Support for eager execution was introduced recently as an experimental feature for running operations immediately in an imperative style instead of building a dataflow graph.
TensorFlow provides high level Python APIs for data preprocessing, creation and training of neural networks. Bindings for other languages like Java, Go and Rust are available but are primarily meant for inference (making predictions from trained models).

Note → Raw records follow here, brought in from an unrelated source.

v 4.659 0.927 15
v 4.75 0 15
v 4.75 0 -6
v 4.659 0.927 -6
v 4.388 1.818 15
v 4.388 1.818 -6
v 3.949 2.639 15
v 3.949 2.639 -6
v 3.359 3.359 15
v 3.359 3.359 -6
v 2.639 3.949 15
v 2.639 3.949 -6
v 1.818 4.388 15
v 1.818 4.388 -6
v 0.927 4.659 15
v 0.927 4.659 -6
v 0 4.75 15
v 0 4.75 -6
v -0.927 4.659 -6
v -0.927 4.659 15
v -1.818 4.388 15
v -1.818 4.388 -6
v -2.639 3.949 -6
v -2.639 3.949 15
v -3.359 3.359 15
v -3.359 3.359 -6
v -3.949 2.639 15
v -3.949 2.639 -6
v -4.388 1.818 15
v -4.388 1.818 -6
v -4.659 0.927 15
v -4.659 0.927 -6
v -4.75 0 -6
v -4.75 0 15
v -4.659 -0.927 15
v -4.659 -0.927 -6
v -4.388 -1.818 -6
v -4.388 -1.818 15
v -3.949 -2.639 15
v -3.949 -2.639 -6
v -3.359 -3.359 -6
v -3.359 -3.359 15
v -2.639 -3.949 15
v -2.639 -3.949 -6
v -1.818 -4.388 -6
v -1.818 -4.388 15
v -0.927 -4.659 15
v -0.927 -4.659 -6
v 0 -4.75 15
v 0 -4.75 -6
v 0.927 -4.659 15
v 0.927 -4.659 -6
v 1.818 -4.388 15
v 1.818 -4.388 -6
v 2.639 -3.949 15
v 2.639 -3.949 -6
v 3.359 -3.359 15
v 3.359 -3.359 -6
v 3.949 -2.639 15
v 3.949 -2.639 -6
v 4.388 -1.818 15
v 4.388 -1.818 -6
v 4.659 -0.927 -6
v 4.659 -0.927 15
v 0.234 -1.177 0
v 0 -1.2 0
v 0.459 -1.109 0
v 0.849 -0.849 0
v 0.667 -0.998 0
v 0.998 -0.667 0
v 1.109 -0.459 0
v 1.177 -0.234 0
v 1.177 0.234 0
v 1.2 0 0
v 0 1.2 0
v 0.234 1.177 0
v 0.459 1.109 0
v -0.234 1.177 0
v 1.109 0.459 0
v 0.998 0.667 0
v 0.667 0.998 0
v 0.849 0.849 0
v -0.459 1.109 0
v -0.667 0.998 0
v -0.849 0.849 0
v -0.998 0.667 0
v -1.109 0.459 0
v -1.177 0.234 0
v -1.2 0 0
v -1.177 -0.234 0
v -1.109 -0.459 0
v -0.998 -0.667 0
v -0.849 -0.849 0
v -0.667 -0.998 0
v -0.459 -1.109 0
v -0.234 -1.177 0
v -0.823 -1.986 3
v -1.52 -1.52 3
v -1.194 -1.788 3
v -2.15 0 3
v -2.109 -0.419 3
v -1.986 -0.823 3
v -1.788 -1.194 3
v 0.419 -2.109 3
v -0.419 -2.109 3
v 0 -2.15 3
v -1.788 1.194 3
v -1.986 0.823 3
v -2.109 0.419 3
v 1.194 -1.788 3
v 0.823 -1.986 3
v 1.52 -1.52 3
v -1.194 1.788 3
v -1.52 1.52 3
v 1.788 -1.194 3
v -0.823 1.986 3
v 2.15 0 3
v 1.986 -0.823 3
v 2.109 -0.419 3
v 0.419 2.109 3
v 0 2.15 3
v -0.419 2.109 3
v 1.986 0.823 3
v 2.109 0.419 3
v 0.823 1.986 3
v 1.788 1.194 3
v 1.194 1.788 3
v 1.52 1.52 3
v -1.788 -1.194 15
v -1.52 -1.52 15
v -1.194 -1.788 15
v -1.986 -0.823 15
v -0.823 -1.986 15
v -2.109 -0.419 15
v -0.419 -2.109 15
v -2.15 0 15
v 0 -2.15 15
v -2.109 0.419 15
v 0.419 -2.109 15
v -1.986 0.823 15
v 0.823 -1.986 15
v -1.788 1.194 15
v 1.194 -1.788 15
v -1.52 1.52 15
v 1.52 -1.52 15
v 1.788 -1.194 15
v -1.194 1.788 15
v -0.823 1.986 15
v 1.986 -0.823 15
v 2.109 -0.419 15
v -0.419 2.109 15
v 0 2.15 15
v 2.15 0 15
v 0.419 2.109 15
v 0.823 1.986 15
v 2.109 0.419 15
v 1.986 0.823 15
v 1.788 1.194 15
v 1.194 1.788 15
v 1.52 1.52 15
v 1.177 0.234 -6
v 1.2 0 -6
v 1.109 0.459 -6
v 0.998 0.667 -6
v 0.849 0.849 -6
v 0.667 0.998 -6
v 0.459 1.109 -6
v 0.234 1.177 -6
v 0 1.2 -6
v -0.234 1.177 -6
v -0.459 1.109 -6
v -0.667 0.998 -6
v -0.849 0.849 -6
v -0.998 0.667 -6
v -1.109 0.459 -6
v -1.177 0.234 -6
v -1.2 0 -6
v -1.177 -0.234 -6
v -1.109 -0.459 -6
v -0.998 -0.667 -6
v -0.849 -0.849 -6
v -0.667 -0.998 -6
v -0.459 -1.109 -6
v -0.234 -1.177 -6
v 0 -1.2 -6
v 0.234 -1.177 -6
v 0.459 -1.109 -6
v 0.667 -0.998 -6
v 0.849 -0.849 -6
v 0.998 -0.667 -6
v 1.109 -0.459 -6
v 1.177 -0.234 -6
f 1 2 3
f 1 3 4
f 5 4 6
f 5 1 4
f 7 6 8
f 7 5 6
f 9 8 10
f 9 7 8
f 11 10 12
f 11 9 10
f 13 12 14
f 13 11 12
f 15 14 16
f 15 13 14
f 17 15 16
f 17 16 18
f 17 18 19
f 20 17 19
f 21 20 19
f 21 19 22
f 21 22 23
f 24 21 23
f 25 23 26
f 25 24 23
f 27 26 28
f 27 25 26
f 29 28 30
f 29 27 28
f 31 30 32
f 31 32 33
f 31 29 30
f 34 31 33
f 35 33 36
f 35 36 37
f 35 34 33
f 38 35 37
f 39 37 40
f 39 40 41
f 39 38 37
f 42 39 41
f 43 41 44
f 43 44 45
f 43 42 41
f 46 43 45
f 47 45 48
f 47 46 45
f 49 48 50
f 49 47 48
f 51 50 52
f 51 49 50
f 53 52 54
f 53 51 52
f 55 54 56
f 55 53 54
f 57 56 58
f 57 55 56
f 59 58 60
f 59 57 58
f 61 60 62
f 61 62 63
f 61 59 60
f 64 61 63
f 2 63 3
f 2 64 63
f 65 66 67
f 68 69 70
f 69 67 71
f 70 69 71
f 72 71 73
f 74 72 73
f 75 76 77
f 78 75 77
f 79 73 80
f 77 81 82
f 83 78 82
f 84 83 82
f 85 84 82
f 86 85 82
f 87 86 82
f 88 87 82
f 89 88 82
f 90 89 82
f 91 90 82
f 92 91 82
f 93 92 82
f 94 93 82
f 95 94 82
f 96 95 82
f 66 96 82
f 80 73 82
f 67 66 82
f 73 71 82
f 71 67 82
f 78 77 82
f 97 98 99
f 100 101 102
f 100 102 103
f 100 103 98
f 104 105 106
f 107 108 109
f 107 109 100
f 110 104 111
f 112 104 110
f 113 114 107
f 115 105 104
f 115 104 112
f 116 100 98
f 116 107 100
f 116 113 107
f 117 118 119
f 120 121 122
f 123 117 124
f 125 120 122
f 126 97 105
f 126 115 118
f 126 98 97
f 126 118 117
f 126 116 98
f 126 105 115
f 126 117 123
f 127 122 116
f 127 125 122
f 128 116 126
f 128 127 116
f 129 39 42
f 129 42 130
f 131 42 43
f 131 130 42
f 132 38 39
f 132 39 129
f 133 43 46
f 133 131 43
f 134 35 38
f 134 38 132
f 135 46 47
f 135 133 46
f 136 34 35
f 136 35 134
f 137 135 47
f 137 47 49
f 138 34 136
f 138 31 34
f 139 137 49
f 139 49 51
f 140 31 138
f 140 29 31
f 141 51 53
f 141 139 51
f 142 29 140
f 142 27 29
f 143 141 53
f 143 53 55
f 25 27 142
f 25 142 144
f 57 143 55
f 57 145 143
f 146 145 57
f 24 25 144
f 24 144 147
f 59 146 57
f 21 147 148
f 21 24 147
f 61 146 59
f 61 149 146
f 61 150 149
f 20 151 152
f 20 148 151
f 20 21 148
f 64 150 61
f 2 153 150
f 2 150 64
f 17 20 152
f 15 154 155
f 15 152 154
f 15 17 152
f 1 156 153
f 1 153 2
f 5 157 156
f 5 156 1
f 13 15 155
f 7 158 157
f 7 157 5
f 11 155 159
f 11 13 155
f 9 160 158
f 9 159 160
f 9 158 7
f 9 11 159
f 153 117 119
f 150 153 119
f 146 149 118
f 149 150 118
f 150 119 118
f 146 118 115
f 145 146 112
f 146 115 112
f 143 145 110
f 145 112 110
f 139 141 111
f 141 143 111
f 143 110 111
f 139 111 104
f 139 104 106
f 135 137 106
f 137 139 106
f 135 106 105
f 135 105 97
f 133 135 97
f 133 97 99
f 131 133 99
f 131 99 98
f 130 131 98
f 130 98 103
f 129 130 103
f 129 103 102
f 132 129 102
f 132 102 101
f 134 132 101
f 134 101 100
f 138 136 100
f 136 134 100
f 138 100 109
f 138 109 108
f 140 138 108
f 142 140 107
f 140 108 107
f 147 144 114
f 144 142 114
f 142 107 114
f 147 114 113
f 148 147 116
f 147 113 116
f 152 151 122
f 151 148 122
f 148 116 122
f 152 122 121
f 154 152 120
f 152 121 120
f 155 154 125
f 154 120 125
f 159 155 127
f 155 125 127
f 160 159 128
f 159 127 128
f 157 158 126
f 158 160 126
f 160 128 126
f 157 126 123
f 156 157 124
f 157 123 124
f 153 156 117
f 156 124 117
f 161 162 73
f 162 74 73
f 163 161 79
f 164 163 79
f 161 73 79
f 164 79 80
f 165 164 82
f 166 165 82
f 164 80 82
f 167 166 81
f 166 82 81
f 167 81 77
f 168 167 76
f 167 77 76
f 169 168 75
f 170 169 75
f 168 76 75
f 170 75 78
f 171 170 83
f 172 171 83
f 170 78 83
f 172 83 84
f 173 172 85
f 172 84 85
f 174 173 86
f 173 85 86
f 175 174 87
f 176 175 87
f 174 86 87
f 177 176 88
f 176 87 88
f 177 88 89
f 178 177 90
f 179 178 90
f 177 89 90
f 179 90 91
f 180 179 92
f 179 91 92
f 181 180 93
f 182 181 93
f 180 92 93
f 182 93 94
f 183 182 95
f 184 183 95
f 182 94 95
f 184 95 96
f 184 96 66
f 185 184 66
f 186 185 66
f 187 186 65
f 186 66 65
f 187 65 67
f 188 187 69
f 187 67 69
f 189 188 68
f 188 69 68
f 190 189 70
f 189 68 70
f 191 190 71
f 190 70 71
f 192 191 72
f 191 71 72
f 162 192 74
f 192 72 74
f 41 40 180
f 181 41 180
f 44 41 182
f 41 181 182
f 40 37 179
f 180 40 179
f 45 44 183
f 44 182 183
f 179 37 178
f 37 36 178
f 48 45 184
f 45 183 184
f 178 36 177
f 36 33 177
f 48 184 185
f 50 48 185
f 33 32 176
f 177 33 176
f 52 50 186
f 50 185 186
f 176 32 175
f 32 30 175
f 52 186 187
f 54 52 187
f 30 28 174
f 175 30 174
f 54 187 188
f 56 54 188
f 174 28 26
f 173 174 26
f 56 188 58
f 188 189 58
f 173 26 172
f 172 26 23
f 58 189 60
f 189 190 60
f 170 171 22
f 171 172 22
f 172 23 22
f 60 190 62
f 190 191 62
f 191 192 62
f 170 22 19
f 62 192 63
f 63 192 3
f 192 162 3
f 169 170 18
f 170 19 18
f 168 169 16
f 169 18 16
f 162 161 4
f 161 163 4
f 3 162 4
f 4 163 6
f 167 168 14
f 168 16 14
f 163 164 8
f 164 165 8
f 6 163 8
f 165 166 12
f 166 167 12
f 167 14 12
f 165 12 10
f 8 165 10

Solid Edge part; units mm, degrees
sketch "Sketch1" plane through (0, 0, 0) normal (0, 0, 1) x (1, 0, 0)
  circle A0 centre (0, 0) radius 2.15
extrude "Protrusion1" add sketch "Sketch1" along normal blind 3
sketch "Sketch2" plane through (0, 0, 0) normal (0, 0, 1) x (1, 0, 0)
  circle A0 centre (0, 0) radius 4.75
  circle A1 centre (0, 0) radius 2.15
  dimension "D1" = 9.5
  dimension "D2" = 4.3
  dimension "D3" = 2.4
extrude "ExtrudedProtrusion_2" add sketch "Sketch2" along normal blind 15
sketch "Sketch3" plane through (0, 0, 0) normal (0, 0, 1) x (1, 0, 0)
  circle A0 centre (0, 0) radius 4.75
  circle A1 centre (0, 0) radius 1.2
  dimension "D1" = 9.5
  dimension "D2" = 4.3
  dimension "D3" = 2.4
extrude "ExtrudedProtrusion_3" add sketch "Sketch3" against normal blind 6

TensorFlow for Scala is a Scala API for TensorFlow created by Anthony Platanios. It is not an official TensorFlow module, but an independent project. It leverages the core TensorFlow C++ operations for high performance and GPU support. It provides a tensor API similar to NumPy for creating and manipulating tensors that also offers an imperative (eager execution) version of most TensorFlow core operations.
The core API is a Scala rewrite of a large part of the TensorFlow Python API that allows you to create and run a symbolic computation graph on tensors.
TensorFlow for Scala also adds its own high level learn API on top of the lower level APIs for building, running and training neural networks. It is similar to Keras (which is part of TensorFlow), but builds on Scala features to offer a rich and strongly typed functional API.
It is possible to load and reuse existing TensorFlow models as well as write them in the TensorFlow model serialization format, making it possible to leverage many available pretrained models. It is still a young project, but has made rapid progress last year.
MXNet is a deep learning library created in a joint effort from researchers of several universities. It recently moved under the Apache umbrella as an incubator project. MXNet is supported by companies such as Amazon, Intel and Baidu and is the Deep Learning Framework of Choice at AWS partly due to of its scalability. Similar to TensorFlow, its core is written in C++ with GPU support through CUDA.
Similar to TensorFlow, MXNet supports creating symbolic computation graphs, decoupling computation logic from execution. Furthermore, it provides support for eager execution as well for a more imperative approach. MXNet has recently introduced a high level machine learning API called gluon. As of now, gluon is only available for Python, though.
In the second part of this series, we'll get our hands dirty, starting with a very simple example to see you how it looks like to create, train and run a neural network with each of the libraries presented here.
Here are a few pointers for more material that might be helpful for further reading/learning.
- For learning the theoretical foundations, there's Deep Learning by Goodfellow et al.
- For a more hands on approach, Deep Learning with Python from Keras Author Francois Chollet is a very good resource aimed at developers.
- Neural Networks and Deep Learning is a free online book about deep learning with good visual explanations.
- Deep Learning: A Practitioner's Approach explains deep learning concepts and uses DL4J to implement them.
- Practical Deep Learning For Coders. Free hands-on course by Jeremy Howard.
- Deep Learning Specialization by Andrew Ng at Coursera.
- Deep Learning Nanodegree at Udacity.